=== Begin Enclosure ===
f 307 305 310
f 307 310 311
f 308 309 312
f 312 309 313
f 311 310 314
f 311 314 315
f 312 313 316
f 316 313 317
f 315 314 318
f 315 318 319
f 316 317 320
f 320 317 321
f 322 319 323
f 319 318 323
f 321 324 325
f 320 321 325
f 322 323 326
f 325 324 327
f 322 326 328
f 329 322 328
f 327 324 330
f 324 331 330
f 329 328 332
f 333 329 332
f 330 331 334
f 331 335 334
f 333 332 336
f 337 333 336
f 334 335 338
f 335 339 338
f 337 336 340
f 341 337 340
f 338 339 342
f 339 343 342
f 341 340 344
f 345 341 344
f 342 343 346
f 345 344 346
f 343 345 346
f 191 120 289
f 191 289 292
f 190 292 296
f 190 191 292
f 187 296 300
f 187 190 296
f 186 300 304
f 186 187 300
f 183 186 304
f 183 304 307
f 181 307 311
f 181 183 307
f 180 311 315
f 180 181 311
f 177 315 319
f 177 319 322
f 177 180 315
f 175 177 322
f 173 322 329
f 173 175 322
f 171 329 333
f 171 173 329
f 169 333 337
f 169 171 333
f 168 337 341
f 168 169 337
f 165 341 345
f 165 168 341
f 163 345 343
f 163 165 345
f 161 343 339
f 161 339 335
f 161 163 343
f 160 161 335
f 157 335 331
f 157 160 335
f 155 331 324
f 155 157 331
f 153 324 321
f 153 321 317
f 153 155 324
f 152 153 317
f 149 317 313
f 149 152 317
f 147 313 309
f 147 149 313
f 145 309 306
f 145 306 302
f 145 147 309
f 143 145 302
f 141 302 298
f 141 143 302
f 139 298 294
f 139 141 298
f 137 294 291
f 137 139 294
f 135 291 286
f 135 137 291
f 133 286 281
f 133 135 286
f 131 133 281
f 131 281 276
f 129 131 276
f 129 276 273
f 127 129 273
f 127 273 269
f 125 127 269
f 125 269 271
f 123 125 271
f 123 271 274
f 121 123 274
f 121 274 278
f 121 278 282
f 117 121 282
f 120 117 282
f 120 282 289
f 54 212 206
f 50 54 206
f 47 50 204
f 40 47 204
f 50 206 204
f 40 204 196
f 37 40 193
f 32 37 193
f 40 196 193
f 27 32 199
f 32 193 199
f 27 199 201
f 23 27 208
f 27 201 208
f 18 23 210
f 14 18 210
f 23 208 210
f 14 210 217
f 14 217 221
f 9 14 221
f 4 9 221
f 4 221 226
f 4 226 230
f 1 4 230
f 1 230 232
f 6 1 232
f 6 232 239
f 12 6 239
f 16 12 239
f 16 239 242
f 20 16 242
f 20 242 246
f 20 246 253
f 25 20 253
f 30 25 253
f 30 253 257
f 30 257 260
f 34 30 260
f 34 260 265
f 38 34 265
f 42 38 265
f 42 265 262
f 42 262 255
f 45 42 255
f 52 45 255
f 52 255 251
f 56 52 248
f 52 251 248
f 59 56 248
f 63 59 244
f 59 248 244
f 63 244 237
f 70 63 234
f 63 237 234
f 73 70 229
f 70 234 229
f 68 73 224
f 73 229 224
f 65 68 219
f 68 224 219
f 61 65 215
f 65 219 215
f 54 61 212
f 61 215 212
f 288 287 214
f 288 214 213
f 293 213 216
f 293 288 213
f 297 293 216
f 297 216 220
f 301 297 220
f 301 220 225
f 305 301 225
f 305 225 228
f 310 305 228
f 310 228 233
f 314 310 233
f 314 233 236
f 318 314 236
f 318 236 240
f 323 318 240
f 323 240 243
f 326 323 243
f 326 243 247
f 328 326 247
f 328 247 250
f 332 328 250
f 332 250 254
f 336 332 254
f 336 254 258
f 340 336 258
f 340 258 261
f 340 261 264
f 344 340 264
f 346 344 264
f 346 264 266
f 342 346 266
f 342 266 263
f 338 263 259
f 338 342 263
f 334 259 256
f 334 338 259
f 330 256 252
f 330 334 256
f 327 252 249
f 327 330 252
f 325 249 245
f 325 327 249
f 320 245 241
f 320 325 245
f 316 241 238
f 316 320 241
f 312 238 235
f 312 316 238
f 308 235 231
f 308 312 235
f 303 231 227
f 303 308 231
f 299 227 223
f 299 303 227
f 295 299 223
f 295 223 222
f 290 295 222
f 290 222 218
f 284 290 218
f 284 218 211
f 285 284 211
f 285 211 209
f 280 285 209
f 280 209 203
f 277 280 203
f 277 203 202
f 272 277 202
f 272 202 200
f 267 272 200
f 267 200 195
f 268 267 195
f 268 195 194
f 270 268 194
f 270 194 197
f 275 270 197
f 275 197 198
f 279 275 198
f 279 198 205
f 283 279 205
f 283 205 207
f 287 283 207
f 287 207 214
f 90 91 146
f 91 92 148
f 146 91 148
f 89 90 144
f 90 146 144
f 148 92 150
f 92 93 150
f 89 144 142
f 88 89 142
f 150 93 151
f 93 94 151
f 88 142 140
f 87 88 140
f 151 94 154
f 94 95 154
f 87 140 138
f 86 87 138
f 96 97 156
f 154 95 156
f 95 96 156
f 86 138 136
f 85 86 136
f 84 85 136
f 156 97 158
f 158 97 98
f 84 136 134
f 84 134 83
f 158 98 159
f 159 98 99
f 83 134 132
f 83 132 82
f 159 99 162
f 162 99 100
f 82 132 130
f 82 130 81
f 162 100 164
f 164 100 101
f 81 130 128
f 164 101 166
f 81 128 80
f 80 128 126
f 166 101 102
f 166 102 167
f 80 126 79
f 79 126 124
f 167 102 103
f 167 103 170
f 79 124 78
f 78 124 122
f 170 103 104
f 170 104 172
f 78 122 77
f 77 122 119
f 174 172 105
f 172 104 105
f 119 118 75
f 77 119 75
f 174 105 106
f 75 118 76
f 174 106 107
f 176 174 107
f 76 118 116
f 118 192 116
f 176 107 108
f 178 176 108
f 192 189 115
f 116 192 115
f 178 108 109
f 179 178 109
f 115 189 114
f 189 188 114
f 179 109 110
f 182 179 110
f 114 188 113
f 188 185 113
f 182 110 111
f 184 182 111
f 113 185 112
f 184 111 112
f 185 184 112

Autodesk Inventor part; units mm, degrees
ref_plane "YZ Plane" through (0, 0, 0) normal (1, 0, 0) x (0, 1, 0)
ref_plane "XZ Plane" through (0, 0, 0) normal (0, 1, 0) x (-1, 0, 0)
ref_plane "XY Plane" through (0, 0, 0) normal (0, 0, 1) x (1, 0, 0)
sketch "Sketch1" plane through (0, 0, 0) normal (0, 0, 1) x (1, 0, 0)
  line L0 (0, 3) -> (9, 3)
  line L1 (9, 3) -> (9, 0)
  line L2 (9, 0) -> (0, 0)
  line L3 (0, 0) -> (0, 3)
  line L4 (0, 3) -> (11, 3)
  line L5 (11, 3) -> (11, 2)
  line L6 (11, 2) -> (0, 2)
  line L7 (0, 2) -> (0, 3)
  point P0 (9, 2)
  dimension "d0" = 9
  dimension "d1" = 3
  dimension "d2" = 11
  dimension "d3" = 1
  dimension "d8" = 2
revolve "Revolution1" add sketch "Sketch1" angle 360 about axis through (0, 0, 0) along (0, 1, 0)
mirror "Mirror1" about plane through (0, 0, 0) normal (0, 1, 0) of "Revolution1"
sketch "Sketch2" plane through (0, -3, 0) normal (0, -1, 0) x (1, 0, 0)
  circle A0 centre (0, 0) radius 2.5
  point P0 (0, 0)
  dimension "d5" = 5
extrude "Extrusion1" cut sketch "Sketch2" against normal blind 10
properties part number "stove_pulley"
=== End Enclosure ===
(WORK INSTRUCTIONS): Repeat, exactly as they stand above, the lines from the line with "f 157 335 331" to the line with "f 131 281 276", both lines included.

(RESPONSE TO THIS EXERCISE):
f 157 335 331
f 157 160 335
f 155 331 324
f 155 157 331
f 153 324 321
f 153 321 317
f 153 155 324
f 152 153 317
f 149 317 313
f 149 152 317
f 147 313 309
f 147 149 313
f 145 309 306
f 145 306 302
f 145 147 309
f 143 145 302
f 141 302 298
f 141 143 302
f 139 298 294
f 139 141 298
f 137 294 291
f 137 139 294
f 135 291 286
f 135 137 291
f 133 286 281
f 133 135 286
f 131 133 281
f 131 281 276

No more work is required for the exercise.